**WHAT IS BEING ASKED**: Return the data below in full. Keep each character unchanged.

DATASET EXCERPTS section start

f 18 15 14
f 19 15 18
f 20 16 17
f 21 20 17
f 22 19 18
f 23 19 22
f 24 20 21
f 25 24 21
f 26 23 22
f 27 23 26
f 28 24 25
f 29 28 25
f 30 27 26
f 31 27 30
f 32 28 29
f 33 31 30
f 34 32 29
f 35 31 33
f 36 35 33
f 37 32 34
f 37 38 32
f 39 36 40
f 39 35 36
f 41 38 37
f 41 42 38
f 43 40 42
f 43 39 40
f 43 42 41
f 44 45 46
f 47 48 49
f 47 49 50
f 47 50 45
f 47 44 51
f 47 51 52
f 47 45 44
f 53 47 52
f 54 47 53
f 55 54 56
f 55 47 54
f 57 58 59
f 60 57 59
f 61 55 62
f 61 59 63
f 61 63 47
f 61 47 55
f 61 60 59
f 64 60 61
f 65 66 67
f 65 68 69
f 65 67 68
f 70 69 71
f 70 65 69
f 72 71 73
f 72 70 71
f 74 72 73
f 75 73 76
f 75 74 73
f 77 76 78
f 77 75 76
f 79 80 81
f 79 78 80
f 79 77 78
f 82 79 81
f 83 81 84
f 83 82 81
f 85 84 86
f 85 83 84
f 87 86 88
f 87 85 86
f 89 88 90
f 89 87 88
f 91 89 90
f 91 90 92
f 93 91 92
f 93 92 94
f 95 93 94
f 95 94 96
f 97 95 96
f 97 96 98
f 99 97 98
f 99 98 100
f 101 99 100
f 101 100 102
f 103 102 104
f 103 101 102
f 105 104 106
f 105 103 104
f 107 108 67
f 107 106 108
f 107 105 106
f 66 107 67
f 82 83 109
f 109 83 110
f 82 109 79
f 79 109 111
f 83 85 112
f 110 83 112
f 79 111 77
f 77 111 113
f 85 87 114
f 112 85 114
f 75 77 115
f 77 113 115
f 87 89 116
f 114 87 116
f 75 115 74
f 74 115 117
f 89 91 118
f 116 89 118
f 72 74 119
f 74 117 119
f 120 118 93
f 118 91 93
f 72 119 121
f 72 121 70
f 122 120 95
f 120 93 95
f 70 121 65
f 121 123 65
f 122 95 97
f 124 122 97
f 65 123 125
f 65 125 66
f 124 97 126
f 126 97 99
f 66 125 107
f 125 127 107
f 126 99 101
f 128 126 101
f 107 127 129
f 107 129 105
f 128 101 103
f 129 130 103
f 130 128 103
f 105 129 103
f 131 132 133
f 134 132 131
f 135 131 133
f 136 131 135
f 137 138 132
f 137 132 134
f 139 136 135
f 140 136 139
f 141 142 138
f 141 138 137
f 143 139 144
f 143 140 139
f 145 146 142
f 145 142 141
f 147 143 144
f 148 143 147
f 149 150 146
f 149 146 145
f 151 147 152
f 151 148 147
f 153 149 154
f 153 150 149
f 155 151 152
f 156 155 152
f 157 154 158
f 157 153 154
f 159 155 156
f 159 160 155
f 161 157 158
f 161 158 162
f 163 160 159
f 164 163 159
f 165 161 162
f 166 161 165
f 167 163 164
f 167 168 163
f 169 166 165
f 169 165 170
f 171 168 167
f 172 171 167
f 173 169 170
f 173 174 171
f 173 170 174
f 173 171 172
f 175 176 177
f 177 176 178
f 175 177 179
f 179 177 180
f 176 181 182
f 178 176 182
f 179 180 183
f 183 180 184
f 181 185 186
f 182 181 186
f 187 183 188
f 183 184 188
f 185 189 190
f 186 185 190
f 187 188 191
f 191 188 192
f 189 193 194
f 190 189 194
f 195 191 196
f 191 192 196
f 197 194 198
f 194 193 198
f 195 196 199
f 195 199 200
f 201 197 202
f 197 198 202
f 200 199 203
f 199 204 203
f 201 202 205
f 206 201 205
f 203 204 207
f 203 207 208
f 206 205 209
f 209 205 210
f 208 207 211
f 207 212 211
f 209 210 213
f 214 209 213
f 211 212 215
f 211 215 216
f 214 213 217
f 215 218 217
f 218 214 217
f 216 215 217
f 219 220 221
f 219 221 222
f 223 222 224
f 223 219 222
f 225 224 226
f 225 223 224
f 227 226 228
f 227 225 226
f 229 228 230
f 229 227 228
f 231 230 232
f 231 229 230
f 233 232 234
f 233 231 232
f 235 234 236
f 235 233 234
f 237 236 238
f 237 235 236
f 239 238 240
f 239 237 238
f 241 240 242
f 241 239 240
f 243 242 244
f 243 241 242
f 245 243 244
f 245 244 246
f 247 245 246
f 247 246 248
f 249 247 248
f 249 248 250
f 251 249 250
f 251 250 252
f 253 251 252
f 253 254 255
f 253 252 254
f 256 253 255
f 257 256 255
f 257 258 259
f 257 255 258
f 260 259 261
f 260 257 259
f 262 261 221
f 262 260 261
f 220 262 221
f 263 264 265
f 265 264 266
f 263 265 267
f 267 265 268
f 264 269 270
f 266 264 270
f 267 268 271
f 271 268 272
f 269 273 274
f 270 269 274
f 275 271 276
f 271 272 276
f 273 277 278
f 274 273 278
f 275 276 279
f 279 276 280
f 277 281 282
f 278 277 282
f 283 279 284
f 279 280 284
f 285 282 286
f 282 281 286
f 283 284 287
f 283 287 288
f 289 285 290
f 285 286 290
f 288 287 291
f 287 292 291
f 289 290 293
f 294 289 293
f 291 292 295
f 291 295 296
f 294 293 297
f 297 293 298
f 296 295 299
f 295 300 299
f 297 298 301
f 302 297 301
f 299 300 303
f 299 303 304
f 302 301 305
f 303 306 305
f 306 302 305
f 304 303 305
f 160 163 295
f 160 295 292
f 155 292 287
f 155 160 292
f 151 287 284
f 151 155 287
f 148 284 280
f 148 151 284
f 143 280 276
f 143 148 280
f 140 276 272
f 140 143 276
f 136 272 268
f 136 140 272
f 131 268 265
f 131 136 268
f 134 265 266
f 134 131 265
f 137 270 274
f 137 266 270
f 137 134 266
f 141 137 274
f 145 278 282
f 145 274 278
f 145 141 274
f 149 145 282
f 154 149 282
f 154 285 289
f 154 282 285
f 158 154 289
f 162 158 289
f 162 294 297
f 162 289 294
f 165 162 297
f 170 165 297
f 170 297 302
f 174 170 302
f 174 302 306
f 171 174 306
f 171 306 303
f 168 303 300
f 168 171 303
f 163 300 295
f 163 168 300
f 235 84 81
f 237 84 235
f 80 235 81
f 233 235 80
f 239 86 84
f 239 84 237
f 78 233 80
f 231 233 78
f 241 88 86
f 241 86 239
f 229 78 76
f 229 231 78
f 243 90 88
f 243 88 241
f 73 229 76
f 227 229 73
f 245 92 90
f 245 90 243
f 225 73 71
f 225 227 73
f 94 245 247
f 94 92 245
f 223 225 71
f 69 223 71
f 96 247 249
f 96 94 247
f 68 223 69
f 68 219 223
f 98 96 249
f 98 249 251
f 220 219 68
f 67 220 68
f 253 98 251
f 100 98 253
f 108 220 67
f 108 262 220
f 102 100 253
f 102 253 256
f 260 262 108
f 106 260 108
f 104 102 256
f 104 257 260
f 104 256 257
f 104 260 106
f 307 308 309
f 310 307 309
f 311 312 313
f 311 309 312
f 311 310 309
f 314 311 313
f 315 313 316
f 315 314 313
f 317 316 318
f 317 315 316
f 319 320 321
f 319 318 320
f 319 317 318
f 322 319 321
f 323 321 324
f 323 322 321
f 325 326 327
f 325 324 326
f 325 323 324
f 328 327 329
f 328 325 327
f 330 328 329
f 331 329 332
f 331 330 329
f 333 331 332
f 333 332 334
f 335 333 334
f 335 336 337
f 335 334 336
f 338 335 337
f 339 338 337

DATASET EXCERPTS section end

**RESULT BELOW**:
f 18 15 14
f 19 15 18
f 20 16 17
f 21 20 17
f 22 19 18
f 23 19 22
f 24 20 21
f 25 24 21
f 26 23 22
f 27 23 26
f 28 24 25
f 29 28 25
f 30 27 26
f 31 27 30
f 32 28 29
f 33 31 30
f 34 32 29
f 35 31 33
f 36 35 33
f 37 32 34
f 37 38 32
f 39 36 40
f 39 35 36
f 41 38 37
f 41 42 38
f 43 40 42
f 43 39 40
f 43 42 41
f 44 45 46
f 47 48 49
f 47 49 50
f 47 50 45
f 47 44 51
f 47 51 52
f 47 45 44
f 53 47 52
f 54 47 53
f 55 54 56
f 55 47 54
f 57 58 59
f 60 57 59
f 61 55 62
f 61 59 63
f 61 63 47
f 61 47 55
f 61 60 59
f 64 60 61
f 65 66 67
f 65 68 69
f 65 67 68
f 70 69 71
f 70 65 69
f 72 71 73
f 72 70 71
f 74 72 73
f 75 73 76
f 75 74 73
f 77 76 78
f 77 75 76
f 79 80 81
f 79 78 80
f 79 77 78
f 82 79 81
f 83 81 84
f 83 82 81
f 85 84 86
f 85 83 84
f 87 86 88
f 87 85 86
f 89 88 90
f 89 87 88
f 91 89 90
f 91 90 92
f 93 91 92
f 93 92 94
f 95 93 94
f 95 94 96
f 97 95 96
f 97 96 98
f 99 97 98
f 99 98 100
f 101 99 100
f 101 100 102
f 103 102 104
f 103 101 102
f 105 104 106
f 105 103 104
f 107 108 67
f 107 106 108
f 107 105 106
f 66 107 67
f 82 83 109
f 109 83 110
f 82 109 79
f 79 109 111
f 83 85 112
f 110 83 112
f 79 111 77
f 77 111 113
f 85 87 114
f 112 85 114
f 75 77 115
f 77 113 115
f 87 89 116
f 114 87 116
f 75 115 74
f 74 115 117
f 89 91 118
f 116 89 118
f 72 74 119
f 74 117 119
f 120 118 93
f 118 91 93
f 72 119 121
f 72 121 70
f 122 120 95
f 120 93 95
f 70 121 65
f 121 123 65
f 122 95 97
f 124 122 97
f 65 123 125
f 65 125 66
f 124 97 126
f 126 97 99
f 66 125 107
f 125 127 107
f 126 99 101
f 128 126 101
f 107 127 129
f 107 129 105
f 128 101 103
f 129 130 103
f 130 128 103
f 105 129 103
f 131 132 133
f 134 132 131
f 135 131 133
f 136 131 135
f 137 138 132
f 137 132 134
f 139 136 135
f 140 136 139
f 141 142 138
f 141 138 137
f 143 139 144
f 143 140 139
f 145 146 142
f 145 142 141
f 147 143 144
f 148 143 147
f 149 150 146
f 149 146 145
f 151 147 152
f 151 148 147
f 153 149 154
f 153 150 149
f 155 151 152
f 156 155 152
f 157 154 158
f 157 153 154
f 159 155 156
f 159 160 155
f 161 157 158
f 161 158 162
f 163 160 159
f 164 163 159
f 165 161 162
f 166 161 165
f 167 163 164
f 167 168 163
f 169 166 165
f 169 165 170
f 171 168 167
f 172 171 167
f 173 169 170
f 173 174 171
f 173 170 174
f 173 171 172
f 175 176 177
f 177 176 178
f 175 177 179
f 179 177 180
f 176 181 182
f 178 176 182
f 179 180 183
f 183 180 184
f 181 185 186
f 182 181 186
f 187 183 188
f 183 184 188
f 185 189 190
f 186 185 190
f 187 188 191
f 191 188 192
f 189 193 194
f 190 189 194
f 195 191 196
f 191 192 196
f 197 194 198
f 194 193 198
f 195 196 199
f 195 199 200
f 201 197 202
f 197 198 202
f 200 199 203
f 199 204 203
f 201 202 205
f 206 201 205
f 203 204 207
f 203 207 208
f 206 205 209
f 209 205 210
f 208 207 211
f 207 212 211
f 209 210 213
f 214 209 213
f 211 212 215
f 211 215 216
f 214 213 217
f 215 218 217
f 218 214 217
f 216 215 217
f 219 220 221
f 219 221 222
f 223 222 224
f 223 219 222
f 225 224 226
f 225 223 224
f 227 226 228
f 227 225 226
f 229 228 230
f 229 227 228
f 231 230 232
f 231 229 230
f 233 232 234
f 233 231 232
f 235 234 236
f 235 233 234
f 237 236 238
f 237 235 236
f 239 238 240
f 239 237 238
f 241 240 242
f 241 239 240
f 243 242 244
f 243 241 242
f 245 243 244
f 245 244 246
f 247 245 246
f 247 246 248
f 249 247 248
f 249 248 250
f 251 249 250
f 251 250 252
f 253 251 252
f 253 254 255
f 253 252 254
f 256 253 255
f 257 256 255
f 257 258 259
f 257 255 258
f 260 259 261
f 260 257 259
f 262 261 221
f 262 260 261
f 220 262 221
f 263 264 265
f 265 264 266
f 263 265 267
f 267 265 268
f 264 269 270
f 266 264 270
f 267 268 271
f 271 268 272
f 269 273 274
f 270 269 274
f 275 271 276
f 271 272 276
f 273 277 278
f 274 273 278
f 275 276 279
f 279 276 280
f 277 281 282
f 278 277 282
f 283 279 284
f 279 280 284
f 285 282 286
f 282 281 286
f 283 284 287
f 283 287 288
f 289 285 290
f 285 286 290
f 288 287 291
f 287 292 291
f 289 290 293
f 294 289 293
f 291 292 295
f 291 295 296
f 294 293 297
f 297 293 298
f 296 295 299
f 295 300 299
f 297 298 301
f 302 297 301
f 299 300 303
f 299 303 304
f 302 301 305
f 303 306 305
f 306 302 305
f 304 303 305
f 160 163 295
f 160 295 292
f 155 292 287
f 155 160 292
f 151 287 284
f 151 155 287
f 148 284 280
f 148 151 284
f 143 280 276
f 143 148 280
f 140 276 272
f 140 143 276
f 136 272 268
f 136 140 272
f 131 268 265
f 131 136 268
f 134 265 266
f 134 131 265
f 137 270 274
f 137 266 270
f 137 134 266
f 141 137 274
f 145 278 282
f 145 274 278
f 145 141 274
f 149 145 282
f 154 149 282
f 154 285 289
f 154 282 285
f 158 154 289
f 162 158 289
f 162 294 297
f 162 289 294
f 165 162 297
f 170 165 297
f 170 297 302
f 174 170 302
f 174 302 306
f 171 174 306
f 171 306 303
f 168 303 300
f 168 171 303
f 163 300 295
f 163 168 300
f 235 84 81
f 237 84 235
f 80 235 81
f 233 235 80
f 239 86 84
f 239 84 237
f 78 233 80
f 231 233 78
f 241 88 86
f 241 86 239
f 229 78 76
f 229 231 78
f 243 90 88
f 243 88 241
f 73 229 76
f 227 229 73
f 245 92 90
f 245 90 243
f 225 73 71
f 225 227 73
f 94 245 247
f 94 92 245
f 223 225 71
f 69 223 71
f 96 247 249
f 96 94 247
f 68 223 69
f 68 219 223
f 98 96 249
f 98 249 251
f 220 219 68
f 67 220 68
f 253 98 251
f 100 98 253
f 108 220 67
f 108 262 220
f 102 100 253
f 102 253 256
f 260 262 108
f 106 260 108
f 104 102 256
f 104 257 260
f 104 256 257
f 104 260 106
f 307 308 309
f 310 307 309
f 311 312 313
f 311 309 312
f 311 310 309
f 314 311 313
f 315 313 316
f 315 314 313
f 317 316 318
f 317 315 316
f 319 320 321
f 319 318 320
f 319 317 318
f 322 319 321
f 323 321 324
f 323 322 321
f 325 326 327
f 325 324 326
f 325 323 324
f 328 327 329
f 328 325 327
f 330 328 329
f 331 329 332
f 331 330 329
f 333 331 332
f 333 332 334
f 335 333 334
f 335 336 337
f 335 334 336
f 338 335 337
f 339 338 337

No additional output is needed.